Именно в такой атмосфере четыре дня спустя, 16 декабря, в варшавской галерее Захента Габриэля Нарутовича застрелил Элигиуш Невядомский — неуравновешенный, но абсолютно вменяемый историк искусства, ненавидевший левых, евреев и Пилсудского. Он не признал своей вины перед судом, признав лишь нарушение закона. Ведь, по словам убийцы, Нарутович погиб не как Нарутович, но как символ всего того, что сделал в Польше и что воплощал в себе Пилсудский.
Сам Невядомский был быстро осужден и приговорен к смертной казни. Новый президент Станислав Войцеховский (избранный тем же количеством голосов, что и его предшественник) не воспользовался правом на помилование, и 31 января 1923 года убийца Нарутовича был расстрелян на склоне варшавской Цитадели.
Я узнал о покушении, находясь в Сейме, через несколько минут после того, как оно произошло. Многолетняя несвобода породила атмосферу, в которой на фоне политической безграмотности могут происходить самые чудовищные аферы и дичайшие преступления.
Иначе оценила причины произошедшего правая пресса, связанная с национал-демократической партией:
Убийство Нарутовича — грозный знак того положения, к которому нас привело чуждое, международное, еврейское влияние, раз мы начинаем, вопреки нашему национальному характеру и традициям, убивать друг друга.
В контексте президентства Нарутовича и его убийства необходимо остановиться на Пилсудском и на том, что говорил о нем Невядомский.
Вне сомнения, смерть Нарутовича наложила огромный отпечаток на взгляды бывшего Начальника государства.

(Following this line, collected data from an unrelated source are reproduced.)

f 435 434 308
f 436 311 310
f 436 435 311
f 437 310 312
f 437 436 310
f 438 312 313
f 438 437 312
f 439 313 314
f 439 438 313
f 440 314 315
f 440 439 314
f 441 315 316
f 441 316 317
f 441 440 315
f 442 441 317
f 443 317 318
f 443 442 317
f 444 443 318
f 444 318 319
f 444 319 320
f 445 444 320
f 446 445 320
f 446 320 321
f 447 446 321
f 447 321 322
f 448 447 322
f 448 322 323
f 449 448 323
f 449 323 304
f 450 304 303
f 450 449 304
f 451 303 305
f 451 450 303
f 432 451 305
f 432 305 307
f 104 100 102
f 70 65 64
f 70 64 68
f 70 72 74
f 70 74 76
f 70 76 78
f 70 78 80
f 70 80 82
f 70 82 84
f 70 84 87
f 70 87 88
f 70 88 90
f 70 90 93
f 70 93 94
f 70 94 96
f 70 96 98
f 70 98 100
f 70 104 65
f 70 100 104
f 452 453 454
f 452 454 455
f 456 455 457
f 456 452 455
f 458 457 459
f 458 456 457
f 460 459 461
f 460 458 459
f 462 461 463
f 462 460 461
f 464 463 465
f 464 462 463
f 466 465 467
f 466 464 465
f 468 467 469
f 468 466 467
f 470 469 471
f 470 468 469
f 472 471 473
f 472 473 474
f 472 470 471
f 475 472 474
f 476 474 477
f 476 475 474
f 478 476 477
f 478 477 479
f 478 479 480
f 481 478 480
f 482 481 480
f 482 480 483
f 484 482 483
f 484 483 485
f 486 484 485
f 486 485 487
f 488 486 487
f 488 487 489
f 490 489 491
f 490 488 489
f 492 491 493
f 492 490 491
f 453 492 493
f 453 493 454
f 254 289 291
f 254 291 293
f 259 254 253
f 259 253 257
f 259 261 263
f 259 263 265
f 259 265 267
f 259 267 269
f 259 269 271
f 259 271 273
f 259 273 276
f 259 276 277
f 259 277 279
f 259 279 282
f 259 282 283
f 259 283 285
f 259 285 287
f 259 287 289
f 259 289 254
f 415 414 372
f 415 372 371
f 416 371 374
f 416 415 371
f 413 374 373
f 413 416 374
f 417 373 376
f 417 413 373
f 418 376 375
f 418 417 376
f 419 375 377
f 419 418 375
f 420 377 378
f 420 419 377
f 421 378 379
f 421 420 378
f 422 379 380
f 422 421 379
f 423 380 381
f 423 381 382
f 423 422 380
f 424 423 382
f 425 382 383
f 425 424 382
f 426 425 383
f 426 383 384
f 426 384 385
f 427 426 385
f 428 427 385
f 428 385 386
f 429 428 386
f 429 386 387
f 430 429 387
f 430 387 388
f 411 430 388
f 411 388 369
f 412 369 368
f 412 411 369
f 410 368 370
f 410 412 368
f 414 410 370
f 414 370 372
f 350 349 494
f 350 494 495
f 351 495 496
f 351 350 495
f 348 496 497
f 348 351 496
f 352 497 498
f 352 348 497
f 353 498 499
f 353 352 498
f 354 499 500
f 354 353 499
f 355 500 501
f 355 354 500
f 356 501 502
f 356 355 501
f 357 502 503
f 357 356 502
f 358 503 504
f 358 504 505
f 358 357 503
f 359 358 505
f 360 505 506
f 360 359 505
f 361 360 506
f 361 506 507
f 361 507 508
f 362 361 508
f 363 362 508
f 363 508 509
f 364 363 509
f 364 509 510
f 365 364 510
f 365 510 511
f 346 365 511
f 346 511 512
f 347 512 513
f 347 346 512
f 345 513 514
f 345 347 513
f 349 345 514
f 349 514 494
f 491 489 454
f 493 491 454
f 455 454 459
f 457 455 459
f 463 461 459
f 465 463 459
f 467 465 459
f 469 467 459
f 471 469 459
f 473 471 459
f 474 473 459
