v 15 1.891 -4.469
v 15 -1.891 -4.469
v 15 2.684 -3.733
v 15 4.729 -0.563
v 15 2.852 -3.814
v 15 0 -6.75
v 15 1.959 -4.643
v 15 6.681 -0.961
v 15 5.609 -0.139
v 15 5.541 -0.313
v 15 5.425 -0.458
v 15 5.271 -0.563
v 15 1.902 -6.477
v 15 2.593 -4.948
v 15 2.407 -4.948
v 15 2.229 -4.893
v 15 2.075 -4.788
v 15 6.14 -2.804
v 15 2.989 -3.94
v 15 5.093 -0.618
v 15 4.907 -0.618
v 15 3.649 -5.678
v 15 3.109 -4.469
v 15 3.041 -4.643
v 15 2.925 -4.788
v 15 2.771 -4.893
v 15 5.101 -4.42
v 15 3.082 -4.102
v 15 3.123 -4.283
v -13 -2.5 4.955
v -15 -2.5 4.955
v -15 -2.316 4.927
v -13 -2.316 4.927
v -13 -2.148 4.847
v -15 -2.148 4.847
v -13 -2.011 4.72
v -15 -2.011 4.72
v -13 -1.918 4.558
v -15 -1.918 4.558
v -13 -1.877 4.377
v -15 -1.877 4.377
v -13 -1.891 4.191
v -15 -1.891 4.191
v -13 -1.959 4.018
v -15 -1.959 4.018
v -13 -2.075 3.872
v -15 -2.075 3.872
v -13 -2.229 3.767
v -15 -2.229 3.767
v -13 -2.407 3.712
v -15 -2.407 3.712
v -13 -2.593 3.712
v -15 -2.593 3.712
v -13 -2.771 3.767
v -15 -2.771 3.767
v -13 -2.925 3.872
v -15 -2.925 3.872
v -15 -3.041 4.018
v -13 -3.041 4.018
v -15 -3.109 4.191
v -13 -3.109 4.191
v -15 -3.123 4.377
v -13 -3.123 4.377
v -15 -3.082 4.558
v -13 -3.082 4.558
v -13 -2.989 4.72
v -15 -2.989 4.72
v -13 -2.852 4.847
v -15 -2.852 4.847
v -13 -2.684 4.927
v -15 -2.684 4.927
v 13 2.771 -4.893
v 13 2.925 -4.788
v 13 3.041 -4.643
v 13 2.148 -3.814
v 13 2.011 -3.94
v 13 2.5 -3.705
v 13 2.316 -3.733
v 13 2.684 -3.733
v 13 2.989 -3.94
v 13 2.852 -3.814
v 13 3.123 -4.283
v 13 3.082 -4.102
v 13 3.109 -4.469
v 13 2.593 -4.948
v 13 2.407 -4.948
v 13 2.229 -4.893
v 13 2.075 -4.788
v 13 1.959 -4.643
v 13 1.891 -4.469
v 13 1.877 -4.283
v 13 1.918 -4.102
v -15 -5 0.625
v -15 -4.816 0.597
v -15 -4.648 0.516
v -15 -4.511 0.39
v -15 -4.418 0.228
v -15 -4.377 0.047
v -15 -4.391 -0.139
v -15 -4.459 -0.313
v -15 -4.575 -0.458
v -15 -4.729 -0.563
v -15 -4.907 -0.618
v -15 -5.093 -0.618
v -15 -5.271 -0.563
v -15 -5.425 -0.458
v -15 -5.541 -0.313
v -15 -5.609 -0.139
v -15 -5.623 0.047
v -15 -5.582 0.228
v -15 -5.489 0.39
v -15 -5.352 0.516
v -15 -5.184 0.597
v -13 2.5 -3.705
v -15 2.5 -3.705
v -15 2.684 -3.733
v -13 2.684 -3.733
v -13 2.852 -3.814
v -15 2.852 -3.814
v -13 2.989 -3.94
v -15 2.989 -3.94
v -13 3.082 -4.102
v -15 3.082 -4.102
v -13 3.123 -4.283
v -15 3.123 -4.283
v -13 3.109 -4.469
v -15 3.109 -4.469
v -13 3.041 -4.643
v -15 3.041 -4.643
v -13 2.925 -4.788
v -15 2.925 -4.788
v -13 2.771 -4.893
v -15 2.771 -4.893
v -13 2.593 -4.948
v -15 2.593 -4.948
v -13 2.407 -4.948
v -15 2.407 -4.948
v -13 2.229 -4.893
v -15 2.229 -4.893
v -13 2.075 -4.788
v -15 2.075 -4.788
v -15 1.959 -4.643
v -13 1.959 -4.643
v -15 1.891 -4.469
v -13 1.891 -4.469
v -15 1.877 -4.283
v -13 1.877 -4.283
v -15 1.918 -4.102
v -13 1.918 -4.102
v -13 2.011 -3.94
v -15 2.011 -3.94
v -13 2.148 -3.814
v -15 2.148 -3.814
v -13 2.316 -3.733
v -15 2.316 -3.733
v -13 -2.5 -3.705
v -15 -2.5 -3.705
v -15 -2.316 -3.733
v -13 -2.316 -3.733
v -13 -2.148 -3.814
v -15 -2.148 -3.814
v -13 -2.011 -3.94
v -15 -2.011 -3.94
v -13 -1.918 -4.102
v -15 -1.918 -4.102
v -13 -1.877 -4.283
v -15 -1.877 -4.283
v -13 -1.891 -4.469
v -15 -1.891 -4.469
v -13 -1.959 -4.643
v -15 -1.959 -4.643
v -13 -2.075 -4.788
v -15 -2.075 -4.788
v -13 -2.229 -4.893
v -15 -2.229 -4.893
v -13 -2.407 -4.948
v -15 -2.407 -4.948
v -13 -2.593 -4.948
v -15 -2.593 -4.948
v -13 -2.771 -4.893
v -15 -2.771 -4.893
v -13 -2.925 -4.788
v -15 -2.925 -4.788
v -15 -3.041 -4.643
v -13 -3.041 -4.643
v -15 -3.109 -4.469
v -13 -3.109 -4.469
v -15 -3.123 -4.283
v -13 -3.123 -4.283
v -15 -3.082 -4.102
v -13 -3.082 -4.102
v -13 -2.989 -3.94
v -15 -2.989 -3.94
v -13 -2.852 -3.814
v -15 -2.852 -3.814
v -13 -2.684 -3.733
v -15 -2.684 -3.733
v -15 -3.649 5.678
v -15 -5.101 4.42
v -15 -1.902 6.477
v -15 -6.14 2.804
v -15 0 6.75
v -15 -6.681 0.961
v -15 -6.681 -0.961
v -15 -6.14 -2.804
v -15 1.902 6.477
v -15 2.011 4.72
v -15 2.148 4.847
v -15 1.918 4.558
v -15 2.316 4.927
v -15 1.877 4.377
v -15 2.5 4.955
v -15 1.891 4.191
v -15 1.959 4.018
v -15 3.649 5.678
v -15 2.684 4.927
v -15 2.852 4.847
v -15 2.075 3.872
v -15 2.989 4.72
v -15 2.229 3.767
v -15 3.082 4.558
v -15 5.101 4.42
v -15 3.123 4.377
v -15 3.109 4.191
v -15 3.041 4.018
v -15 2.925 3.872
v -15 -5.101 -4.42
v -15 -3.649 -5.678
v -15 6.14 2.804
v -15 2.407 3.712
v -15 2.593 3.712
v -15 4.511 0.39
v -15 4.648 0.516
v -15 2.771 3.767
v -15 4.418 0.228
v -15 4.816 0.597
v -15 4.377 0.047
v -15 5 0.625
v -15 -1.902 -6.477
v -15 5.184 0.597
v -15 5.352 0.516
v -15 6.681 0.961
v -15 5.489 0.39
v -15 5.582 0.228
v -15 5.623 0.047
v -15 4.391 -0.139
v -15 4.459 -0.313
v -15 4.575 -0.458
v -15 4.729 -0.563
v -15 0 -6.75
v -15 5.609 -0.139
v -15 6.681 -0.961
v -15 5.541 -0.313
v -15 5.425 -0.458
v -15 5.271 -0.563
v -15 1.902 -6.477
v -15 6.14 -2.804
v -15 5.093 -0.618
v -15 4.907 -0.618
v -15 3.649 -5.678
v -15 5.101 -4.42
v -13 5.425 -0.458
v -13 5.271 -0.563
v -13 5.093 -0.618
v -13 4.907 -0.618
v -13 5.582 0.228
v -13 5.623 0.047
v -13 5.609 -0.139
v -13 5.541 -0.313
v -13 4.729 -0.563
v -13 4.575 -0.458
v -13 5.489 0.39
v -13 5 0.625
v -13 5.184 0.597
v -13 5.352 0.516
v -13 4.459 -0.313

Кажется, что Пилсудский сильно переживал убийство Нарутовича по крайней мере по двум причинам. Во-первых, после того, как Невядомский показал в суде, что на самом деле хотел застрелить Пилсудского, сам Пилсудский мог в какой-то степени ощущать свою ответственность за эту смерть. Во-вторых, Пилсудского испугало «качество» польского общества, о котором у него и до того было, похоже, не лучшее мнение. Улица показала свое наихудшее обличие. С этого времени Пилсудского стал сильнее подчеркивать свои литовские корни и одновременно критиковать поляков, зачастую весьма остро.
Также с момента смерти Нарутовича Пилсудский начал возлагать ответственность за плохое состояние государства на весь политический класс, в особенности ту его часть которая была сгруппирована в парламенте; кроме того, он усилил свои нападки на демократию и парламентаризм — «сеймократию». Их, впрочем, хватало и прежде: вспомним хотя бы сеймовый кризис лета 1922 года, за который в немалой степени нес ответственность Пилсудский: он пошел на конфронтацию по поводу закона об избрании правительства и блокирования кандидатуры премьера.
Если и в самом деле именно в результате убийства Нарутовича суждение Пилсудского о действительности и, следовательно, его планы на будущее стали радикальнее, то можно сказать, что финальный эпизод событий декабря 1922 года был еще впереди. Он произошел в мае 1926 года: тогда Пилсудский вывел на улицы верную ему армию, чтобы путем государственного переворота обрести полную власть в государстве. И одним его из аргументов в этот момент было то, что правительство страны оказывается в руках коалиции националистов и крестьян из «Пяста», то есть, по мнению маршала, сил, несущих моральную ответственность за смерть Нарутовича.